The relative chances of the ancestral history being preserved in the fœtus or the larva may be summed up in the following way:—There is a greater chance of the ancestral history being lost in forms which develop in the egg; and of its being masked in those which are hatched as larvæ.

The evidence from existing forms undoubtedly confirms the a priori considerations just urged[136]. This is well shewn by a study of the development of Echinodermata, Nemertea, Mollusca, Crustacea, and Tunicata. The free larvæ of the four first groups are more similar amongst themselves than the embryos which develop directly, and since this similarity cannot be supposed to be due to the larvæ having been modified by living under precisely similar conditions, it must be due to their retaining common ancestral characters. In the case of the Tunicata the free larvæ retain much more completely than the embryos certain characters such as the notochord, the cerebrospinal canal, etc., which are known to be ancestral.

Types of Larvæ.—Although there is no reason to suppose that all larval forms are ancestral, yet it seems reasonable to anticipate that a certain number of the known types of larvæ would retain the characters of the ancestors of the more important phyla of the animal kingdom.

Before examining in detail the claims of various larvæ to such a character, it is necessary to consider somewhat more at length the kind of variations which are most likely to occur in larval forms.

It is probable a priori that there are two kinds of larvæ, which may be distinguished as primary and secondary larvæ. Primary larvæ are more or less modified ancestral forms, which have continued uninterruptedly to develop as free larvæ from the time when they constituted the adult form of the species. Secondary larvæ are those which have become introduced into the ontogeny of species, the young of which were originally hatched with all the characters of the adult; such secondary larvæ may have originated from a diminution of food-yolk in the egg and a consequently earlier commencement of a free existence, or from a simple adaptive modification in the just hatched young. Secondary larval forms may resemble the primary larval forms in cases where the ancestral characters were retained by the embryo in its development within the egg; but in other instances their characters are probably entirely adaptive.

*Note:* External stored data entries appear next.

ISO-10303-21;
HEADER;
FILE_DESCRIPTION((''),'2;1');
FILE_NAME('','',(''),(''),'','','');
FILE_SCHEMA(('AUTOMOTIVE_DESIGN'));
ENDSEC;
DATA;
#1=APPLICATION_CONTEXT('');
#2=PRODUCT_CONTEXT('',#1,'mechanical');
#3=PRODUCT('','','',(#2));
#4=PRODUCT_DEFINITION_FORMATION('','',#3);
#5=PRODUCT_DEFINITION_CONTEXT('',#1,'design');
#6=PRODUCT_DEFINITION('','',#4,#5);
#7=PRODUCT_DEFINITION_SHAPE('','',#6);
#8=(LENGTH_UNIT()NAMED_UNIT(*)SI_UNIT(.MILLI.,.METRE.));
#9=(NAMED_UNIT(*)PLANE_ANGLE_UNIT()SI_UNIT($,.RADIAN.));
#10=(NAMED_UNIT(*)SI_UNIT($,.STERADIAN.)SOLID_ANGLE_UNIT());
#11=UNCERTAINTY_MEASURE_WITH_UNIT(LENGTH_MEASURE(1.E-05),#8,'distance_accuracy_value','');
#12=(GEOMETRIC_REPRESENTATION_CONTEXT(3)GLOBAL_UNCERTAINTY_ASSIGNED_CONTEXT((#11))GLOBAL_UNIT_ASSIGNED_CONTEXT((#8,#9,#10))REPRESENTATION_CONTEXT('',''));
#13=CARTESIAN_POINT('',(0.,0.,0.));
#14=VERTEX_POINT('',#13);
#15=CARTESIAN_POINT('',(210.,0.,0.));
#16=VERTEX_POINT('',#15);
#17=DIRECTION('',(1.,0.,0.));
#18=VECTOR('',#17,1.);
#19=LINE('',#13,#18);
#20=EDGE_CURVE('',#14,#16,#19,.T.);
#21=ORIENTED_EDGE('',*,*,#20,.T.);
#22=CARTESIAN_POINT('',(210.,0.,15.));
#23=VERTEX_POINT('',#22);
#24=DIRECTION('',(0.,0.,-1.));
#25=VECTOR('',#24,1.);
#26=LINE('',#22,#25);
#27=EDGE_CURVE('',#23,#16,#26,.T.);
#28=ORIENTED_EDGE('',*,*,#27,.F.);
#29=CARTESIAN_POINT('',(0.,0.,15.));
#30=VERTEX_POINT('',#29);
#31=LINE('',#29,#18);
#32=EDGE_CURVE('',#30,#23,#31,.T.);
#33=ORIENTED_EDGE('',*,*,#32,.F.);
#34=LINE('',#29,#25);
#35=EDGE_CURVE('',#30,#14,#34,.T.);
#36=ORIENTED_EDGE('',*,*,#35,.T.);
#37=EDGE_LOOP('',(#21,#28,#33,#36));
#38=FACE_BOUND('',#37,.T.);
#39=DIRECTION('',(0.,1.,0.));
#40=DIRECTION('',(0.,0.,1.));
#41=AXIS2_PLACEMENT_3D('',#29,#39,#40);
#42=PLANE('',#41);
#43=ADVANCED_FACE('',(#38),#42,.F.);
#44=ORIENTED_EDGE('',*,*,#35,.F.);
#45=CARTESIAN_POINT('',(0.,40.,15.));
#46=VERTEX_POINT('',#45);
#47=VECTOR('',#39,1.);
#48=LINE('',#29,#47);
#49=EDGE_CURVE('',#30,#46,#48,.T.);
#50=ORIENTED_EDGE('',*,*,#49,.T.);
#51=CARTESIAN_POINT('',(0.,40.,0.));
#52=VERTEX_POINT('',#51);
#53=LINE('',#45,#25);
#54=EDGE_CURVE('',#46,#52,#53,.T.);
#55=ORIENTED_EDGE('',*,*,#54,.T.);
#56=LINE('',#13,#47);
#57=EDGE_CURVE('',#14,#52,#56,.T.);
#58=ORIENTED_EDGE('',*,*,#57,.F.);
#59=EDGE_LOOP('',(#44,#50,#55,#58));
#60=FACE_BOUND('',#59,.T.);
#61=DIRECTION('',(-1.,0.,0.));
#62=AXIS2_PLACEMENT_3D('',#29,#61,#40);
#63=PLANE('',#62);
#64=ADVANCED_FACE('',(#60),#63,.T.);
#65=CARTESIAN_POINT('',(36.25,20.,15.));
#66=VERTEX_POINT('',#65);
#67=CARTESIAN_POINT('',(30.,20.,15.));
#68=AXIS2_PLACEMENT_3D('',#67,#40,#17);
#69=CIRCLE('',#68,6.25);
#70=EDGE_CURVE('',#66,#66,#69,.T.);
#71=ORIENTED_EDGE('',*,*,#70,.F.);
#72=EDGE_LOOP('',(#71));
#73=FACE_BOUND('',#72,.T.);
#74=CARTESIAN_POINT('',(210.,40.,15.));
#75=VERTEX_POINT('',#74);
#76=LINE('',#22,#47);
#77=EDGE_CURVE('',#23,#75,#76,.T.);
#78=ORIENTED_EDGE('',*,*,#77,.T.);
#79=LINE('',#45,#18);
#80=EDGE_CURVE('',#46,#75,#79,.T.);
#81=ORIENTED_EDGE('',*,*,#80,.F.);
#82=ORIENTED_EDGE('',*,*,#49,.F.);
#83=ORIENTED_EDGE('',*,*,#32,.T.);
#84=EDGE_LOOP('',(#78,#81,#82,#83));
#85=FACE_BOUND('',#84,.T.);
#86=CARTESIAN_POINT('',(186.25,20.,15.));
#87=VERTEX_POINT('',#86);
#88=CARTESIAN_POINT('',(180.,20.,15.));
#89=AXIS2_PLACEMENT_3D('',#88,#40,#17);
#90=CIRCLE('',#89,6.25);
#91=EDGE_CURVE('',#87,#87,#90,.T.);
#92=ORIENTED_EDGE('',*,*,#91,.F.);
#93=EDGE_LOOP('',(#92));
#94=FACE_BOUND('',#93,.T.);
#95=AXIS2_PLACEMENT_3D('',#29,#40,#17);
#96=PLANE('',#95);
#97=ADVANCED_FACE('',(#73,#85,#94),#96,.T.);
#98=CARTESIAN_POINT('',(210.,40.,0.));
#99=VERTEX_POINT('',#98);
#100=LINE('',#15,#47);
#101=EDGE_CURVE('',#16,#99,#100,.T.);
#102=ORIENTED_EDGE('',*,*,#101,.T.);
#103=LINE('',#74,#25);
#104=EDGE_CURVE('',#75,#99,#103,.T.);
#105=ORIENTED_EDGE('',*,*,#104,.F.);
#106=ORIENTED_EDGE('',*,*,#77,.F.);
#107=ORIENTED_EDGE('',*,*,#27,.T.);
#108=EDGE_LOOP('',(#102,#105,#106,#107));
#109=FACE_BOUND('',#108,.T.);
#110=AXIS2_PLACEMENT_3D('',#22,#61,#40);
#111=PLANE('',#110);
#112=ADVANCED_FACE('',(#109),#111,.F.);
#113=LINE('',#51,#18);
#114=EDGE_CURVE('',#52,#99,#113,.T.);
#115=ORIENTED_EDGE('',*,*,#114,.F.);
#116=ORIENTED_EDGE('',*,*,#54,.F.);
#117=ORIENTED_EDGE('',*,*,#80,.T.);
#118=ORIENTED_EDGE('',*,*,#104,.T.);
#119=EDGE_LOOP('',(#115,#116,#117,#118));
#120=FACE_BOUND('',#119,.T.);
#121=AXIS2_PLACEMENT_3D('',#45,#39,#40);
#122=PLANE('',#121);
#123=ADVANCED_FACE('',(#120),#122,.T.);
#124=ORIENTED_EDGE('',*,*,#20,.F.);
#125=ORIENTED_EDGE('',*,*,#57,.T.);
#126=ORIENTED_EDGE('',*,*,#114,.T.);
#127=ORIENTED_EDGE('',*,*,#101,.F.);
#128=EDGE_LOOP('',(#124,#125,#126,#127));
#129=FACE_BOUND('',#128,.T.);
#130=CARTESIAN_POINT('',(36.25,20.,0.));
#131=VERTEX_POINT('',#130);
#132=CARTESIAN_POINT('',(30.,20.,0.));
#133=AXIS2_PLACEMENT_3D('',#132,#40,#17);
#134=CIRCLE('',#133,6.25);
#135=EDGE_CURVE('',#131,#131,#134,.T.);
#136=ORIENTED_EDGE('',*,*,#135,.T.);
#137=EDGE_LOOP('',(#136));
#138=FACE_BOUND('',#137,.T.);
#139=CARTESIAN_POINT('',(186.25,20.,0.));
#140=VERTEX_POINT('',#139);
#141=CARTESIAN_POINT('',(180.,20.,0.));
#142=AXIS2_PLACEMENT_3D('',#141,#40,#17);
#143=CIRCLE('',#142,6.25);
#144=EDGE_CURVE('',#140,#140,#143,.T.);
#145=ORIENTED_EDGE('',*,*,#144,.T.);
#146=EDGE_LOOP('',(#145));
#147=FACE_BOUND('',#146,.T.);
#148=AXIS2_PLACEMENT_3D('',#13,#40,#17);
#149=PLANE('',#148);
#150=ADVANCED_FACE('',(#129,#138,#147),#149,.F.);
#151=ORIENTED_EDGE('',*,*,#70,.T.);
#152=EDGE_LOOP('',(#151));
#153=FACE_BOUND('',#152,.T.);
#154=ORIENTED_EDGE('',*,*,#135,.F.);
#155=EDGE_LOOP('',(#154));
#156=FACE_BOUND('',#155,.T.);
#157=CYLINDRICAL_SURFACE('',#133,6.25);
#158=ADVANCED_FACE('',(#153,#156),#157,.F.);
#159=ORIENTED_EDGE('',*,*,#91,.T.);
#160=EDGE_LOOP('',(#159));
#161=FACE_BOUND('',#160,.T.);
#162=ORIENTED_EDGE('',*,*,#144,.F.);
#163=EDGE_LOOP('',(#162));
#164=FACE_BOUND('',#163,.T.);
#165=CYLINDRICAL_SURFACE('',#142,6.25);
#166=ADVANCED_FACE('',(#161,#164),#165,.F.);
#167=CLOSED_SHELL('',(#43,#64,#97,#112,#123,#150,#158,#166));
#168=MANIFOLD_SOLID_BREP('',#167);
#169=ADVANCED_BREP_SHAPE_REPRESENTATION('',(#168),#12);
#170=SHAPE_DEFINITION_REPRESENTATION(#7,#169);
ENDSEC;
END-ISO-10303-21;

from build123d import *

# Parameters (mm, degrees)
SKETCH1_W           = 210
SKETCH1_H           = 40
BOSS_EXTRUDE1_DEPTH = 15
SKETCH2_R           = 6.25
CUT_EXTRUDE1_DEPTH  = 15


with BuildPart() as part:
    # Sketch1 → Boss-Extrude1 (new body)
    with BuildSketch(Plane.XY):
        with Locations((105, 20)):
            Rectangle(SKETCH1_W, SKETCH1_H)
    extrude(amount=BOSS_EXTRUDE1_DEPTH)

    # Sketch2 → Cut-Extrude1 (cut)
    with BuildSketch(Plane.XY.offset(15)):
        with Locations((30, 20)):
            Circle(SKETCH2_R)
        with Locations((180, 20)):
            Circle(SKETCH2_R)
    extrude(amount=-CUT_EXTRUDE1_DEPTH, mode=Mode.SUBTRACT)


solid = part.part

Causes tending to produce secondary changes in larvæ.—The modes of action of natural selection on larvæ may probably be divided more or less artificially into two classes.
1. The changes in development directly produced by the existence of a larval stage.
2. The adaptive changes in a larva acquired in the ordinary course of the struggle for existence.

The changes which come under the first head consist essentially in a displacement in the order of development of certain organs. There is always a tendency in development to throw back the differentiation of the embryonic cells into definite tissues to as late a date as possible. This takes place in order to enable the changes of form, which every organ undergoes, in repeating even in an abbreviated way its phylogenetic history, to be effected with the least expenditure of energy. Owing to this tendency it comes about that when an organism is hatched as a larva many of the organs are still in an undifferentiated state, although the ancestral form which this larva represents had all its organs fully differentiated. In order, however, that the larva may be enabled to exist as an independent organism, certain sets of organs, e.g. the muscular, nervous, and digestive systems, have to be histologically differentiated. If the period of fœtal life is shortened, an earlier differentiation of certain organs is a necessary consequence; and in almost all cases the existence of a larval stage causes a displacement in order of development of organs, the complete differentiation of many organs being retarded relatively to the muscular, nervous, and digestive systems.

The possible changes under the second head appear to be unlimited. There is, so far as I see, no possible reason why an indefinite number of organs should not be developed in larvæ to protect them from their enemies, and to enable them to compete with larvæ of other species, and so on. The only limit to such development appears to be the shortness of larval life, which is not likely to be prolonged, since, ceteris paribus, the more quickly maturity is reached the better it is for the species.

A very superficial examination of marine larvæ shews that there are certain peculiarities common to most of them, and it is important to determine how far such peculiarities are to be regarded as adaptive. Almost all marine larvæ are provided with well-developed organs of locomotion, and transparent bodies. These two features are precisely those which it is most essential for such larvæ to have. Organs of locomotion are important, in order that larvæ may be scattered as widely as possible, and so disseminate the species; and transparency is very important in rendering larvæ invisible, and so less liable to be preyed upon by their numerous enemies[137].

These considerations, coupled with the fact that almost all free-swimming animals, which have not other special means of protection, are transparent, seem to shew that the transparency of larvæ at all events is adaptive; and it is probable that organs of locomotion are in many cases specially developed, and not ancestral.